Я открыла дверь и вошла. Продавщица Летиция осветилась лицом, буквально вспыхнула от радости. Проговорила: «Моменто» – и исчезла на пару минут. И снова возникла. С ее пальцев свисала моя черная нитка бус. Оказывается, я ее забыла здесь год назад. Никто не украл. Просто я вошла в примерочную, повесила бусы на крючок, померила то, что хотела, и ушла. А бусы остались. И Летиция их сохранила. Она не знала, окажусь я здесь еще когда-нибудь или нет, и все-таки сберегла.
А почему не взяла себе? Они ей не понравились? Или у них не принято присваивать находки? Или в Италии этого барахла полно…
Я приняла бусы, буквально потрясенная. На моих глазах появились слезы. Это такое счастье, когда к тебе возвращается утерянная вещь, а вместе с ней вера в человечество.
Я смотрела на Летицию как на посланника свыше, который прощал меня за что-то и возвращал утраченное.
Летиция легким галопом вынесла мне кашемировый кардиган моего размера (удлиненная кофта, кто не знает).
Кардиган мне не нужен, но я его купила, чтобы сделать Летиции приятное.
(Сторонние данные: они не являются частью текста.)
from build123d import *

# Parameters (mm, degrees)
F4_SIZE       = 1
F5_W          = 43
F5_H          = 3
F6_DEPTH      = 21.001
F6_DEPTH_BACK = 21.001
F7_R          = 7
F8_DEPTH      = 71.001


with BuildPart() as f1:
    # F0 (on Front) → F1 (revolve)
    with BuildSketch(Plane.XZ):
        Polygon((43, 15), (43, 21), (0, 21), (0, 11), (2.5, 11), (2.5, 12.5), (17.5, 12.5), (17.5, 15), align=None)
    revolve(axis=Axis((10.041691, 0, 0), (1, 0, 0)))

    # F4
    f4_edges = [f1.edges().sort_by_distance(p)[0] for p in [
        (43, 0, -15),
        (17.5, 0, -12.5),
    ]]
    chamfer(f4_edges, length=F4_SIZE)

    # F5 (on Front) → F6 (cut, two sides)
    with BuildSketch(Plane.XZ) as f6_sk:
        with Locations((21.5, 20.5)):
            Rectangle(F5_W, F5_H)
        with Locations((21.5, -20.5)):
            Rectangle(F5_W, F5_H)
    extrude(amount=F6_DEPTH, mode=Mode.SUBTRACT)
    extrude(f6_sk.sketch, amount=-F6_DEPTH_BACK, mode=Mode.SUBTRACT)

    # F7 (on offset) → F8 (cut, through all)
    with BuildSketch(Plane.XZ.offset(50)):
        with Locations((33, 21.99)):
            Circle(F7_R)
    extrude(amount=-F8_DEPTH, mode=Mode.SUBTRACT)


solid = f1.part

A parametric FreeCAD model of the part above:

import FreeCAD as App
import Part
import Sketcher
from FreeCAD import Vector
Q = App.Units.Quantity


def edges_at(feature, points):
    """Names of the edges that pass closest to the given points."""
    edges = feature.Shape.Edges
    near = lambda p: min(range(len(edges)), key=lambda i: edges[i].distToShape(Part.Vertex(*p))[0])
    return sorted({f"Edge{near(p) + 1}" for p in points})


def add_polygon(sketch, points):
    """Adds a closed chain of lines whose ends are joined by coincident constraints."""
    first, n = sketch.GeometryCount, len(points)
    for a, b in zip(points, points[1:] + points[:1]):
        sketch.addGeometry(Part.LineSegment(App.Vector(*a, 0), App.Vector(*b, 0)), False)
    for i in range(n):
        sketch.addConstraint(Sketcher.Constraint("Coincident", first + i, 2, first + (i + 1) % n, 1))

doc = App.newDocument("Part")
params = doc.addObject("Spreadsheet::Sheet", "Params")
for row, (alias, value) in enumerate([
    ("sketch1_width", "43 mm"),
    ("sketch1_width2", "15 mm"),
    ("sketch1_height", "6 mm"),
    ("sketch1_height2", "10 mm"),
    ("sketch1_width3", "2.5 mm"),
    ("revolution_angle", "360 deg"),
    ("chamfer_size", "1 mm"),
    ("sketch2_width", "43 mm"),
    ("sketch2_height", "3 mm"),
    ("sketch3_diameter", "14 mm"),
], start=1):
    params.set(f"A{row}", alias)
    params.set(f"B{row}", "=" + value)
    params.setAlias(f"B{row}", alias)

body = doc.addObject("PartDesign::Body", "Body")

sketch1 = body.newObject("Sketcher::SketchObject", "Sketch")
sketch1.AttachmentSupport = (doc.getObject("XZ_Plane"), [""])
sketch1.MapMode = "FlatFace"
add_polygon(sketch1, [(43, 15), (43, 21), (0, 21), (0, 11), (2.5, 11), (2.5, 12.5), (17.5, 12.5), (17.5, 15)])
sketch1.addConstraint([
    Sketcher.Constraint("Vertical", 0),
    Sketcher.Constraint("Horizontal", 1),
    Sketcher.Constraint("Vertical", 2),
    Sketcher.Constraint("Horizontal", 3),
    Sketcher.Constraint("Vertical", 4),
    Sketcher.Constraint("Horizontal", 5),
    Sketcher.Constraint("Vertical", 6),
    Sketcher.Constraint("Horizontal", 7),
    Sketcher.Constraint("PointOnObject", 1, 2, -2),
    Sketcher.Constraint("Equal", 3, 6),
    Sketcher.Constraint("DistanceX", 1, 2, 1, 1, Q("43 mm")),
    Sketcher.Constraint("DistanceX", 5, 1, 5, 2, Q("15 mm")),
    Sketcher.Constraint("DistanceY", 0, 1, 0, 2, Q("6 mm")),
    Sketcher.Constraint("DistanceY", 2, 2, 2, 1, Q("10 mm")),
    Sketcher.Constraint("DistanceX", 3, 1, 3, 2, Q("2.5 mm")),
    Sketcher.Constraint("DistanceY", -1, 1, 0, 2, Q("21 mm")),
])
sketch1.setExpression("Constraints[18]", "Params.sketch1_width")
sketch1.setExpression("Constraints[19]", "Params.sketch1_width2")
sketch1.setExpression("Constraints[20]", "Params.sketch1_height")
sketch1.setExpression("Constraints[21]", "Params.sketch1_height2")
sketch1.setExpression("Constraints[22]", "Params.sketch1_width3")
revolution = body.newObject("PartDesign::Revolution", "Revolution")
revolution.Profile = sketch1
revolution.ReferenceAxis = (sketch1, ["H_Axis"])
revolution.setExpression("Angle", "Params.revolution_angle")
doc.recompute()

chamfer = body.newObject("PartDesign::Chamfer", "Chamfer")
chamfer.Base = (revolution, edges_at(revolution, [(43, 0, -15), (17.5, 0, -12.5)]))
chamfer.setExpression("Size", "Params.chamfer_size")

sketch2 = body.newObject("Sketcher::SketchObject", "Sketch001")
sketch2.AttachmentSupport = (doc.getObject("XZ_Plane"), [""])
sketch2.MapMode = "FlatFace"
add_polygon(sketch2, [(0, 22), (0, 19), (43, 19), (43, 22)])
add_polygon(sketch2, [(0, -19), (0, -22), (43, -22), (43, -19)])
sketch2.addConstraint([
    Sketcher.Constraint("Vertical", 0),
    Sketcher.Constraint("Horizontal", 1),
    Sketcher.Constraint("Vertical", 2),
    Sketcher.Constraint("Horizontal", 3),
    Sketcher.Constraint("Vertical", 4),
    Sketcher.Constraint("Horizontal", 5),
    Sketcher.Constraint("Vertical", 6),
    Sketcher.Constraint("Horizontal", 7),
    Sketcher.Constraint("Symmetric", 3, 2, 4, 2, -1, 1),
    Sketcher.Constraint("Symmetric", 1, 2, 6, 2, -1),
    Sketcher.Constraint("PointOnObject", 0, 2, -2),
    Sketcher.Constraint("DistanceX", 1, 1, 1, 2, Q("43 mm")),
    Sketcher.Constraint("DistanceY", 0, 2, 0, 1, Q("3 mm")),
    Sketcher.Constraint("DistanceY", -1, 1, 0, 2, Q("19 mm")),
])
sketch2.setExpression("Constraints[19]", "Params.sketch2_width")
sketch2.setExpression("Constraints[20]", "Params.sketch2_height")
pocket1 = body.newObject("PartDesign::Pocket", "Pocket")
pocket1.Profile = sketch2
pocket1.Type = "ThroughAll"
pocket1.Midplane = True

sketch3 = body.newObject("Sketcher::SketchObject", "Sketch002")
sketch3.AttachmentSupport = (doc.getObject("XZ_Plane"), [""])
sketch3.MapMode = "FlatFace"
sketch3.AttachmentOffset = App.Placement(Vector(0, 0, 50), App.Rotation())
sketch3.addGeometry(Part.Circle(Vector(33, 21.99, 0), Vector(0, 0, 1), 7), False)
sketch3.addConstraint([
    Sketcher.Constraint("Diameter", 0, Q("14 mm")),
    Sketcher.Constraint("DistanceX", -1, 1, 0, 3, Q("33 mm")),
    Sketcher.Constraint("DistanceY", -1, 1, 0, 3, Q("21.99 mm")),
])
sketch3.setExpression("Constraints[0]", "Params.sketch3_diameter")
pocket2 = body.newObject("PartDesign::Pocket", "Pocket001")
pocket2.Profile = sketch3
pocket2.Type = "ThroughAll"

doc.recompute()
Отщипнуть от своей радости. Пришлось заплатить немалые деньги. Это называется: жертвоприношение.
Я бываю в Абано каждый год. И всякий раз встречаю группу русских адвокатов. Я называю их «адвокатки». Это пять женщин, которые организовали свое бюро. Процветают и отдыхают в Италии. Среди них есть и мужчины, но существенной роли они не играют. Заглавную партию исполняют женщины. Мужчины исключительно для размножения.
Адвокатки сидят в ресторане за одним большим столом. Им весело, они постоянно смеются, но не ржут. Ведут себя как воспитанные люди.
По вечерам они вовлекают меня в свою компанию. Может быть, им хочется меня послушать. Но мне интересно слушать их.
Самой говорить тоже хочется – потребность прокатить себя на новой аудитории и просто «поиграть словами». Но их общение – это что-то «отдельное», как говорил Бабель, а именно: игра ума, способность к анализу, юмор. Я наслаждаюсь. Я испытываю гордость за своих соотечественников и слегка завидую. Чему? Дружбе. Они спаяны, как пальцы в кулак. Каждая сама по себе, а вместе – единое целое.
Дружба – это защита, ни с чем не сравнимая. Заболеешь – вытащат, постареешь – не заметят, ошибешься – простят. Умрешь – похоронят и будут навещать.
Можно быть спокойной всегда, в любые времена, во всех ситуациях и даже на том свете.
Им «свезло», как говорится. Не потому, что фирма процветает, не потому, что они каждый год купаются в термальных водах. Нет. Потому, что они есть друг у друга и их невозможно разъединить, как пальцы на руке. Каждый палец для чего-то нужен. И каждый палец – разный и по-своему красив.
Мы с Сонечкой – два пальца. Это не кулак. Это – коза. Двумя пальцами делают козу. А тремя – фигу.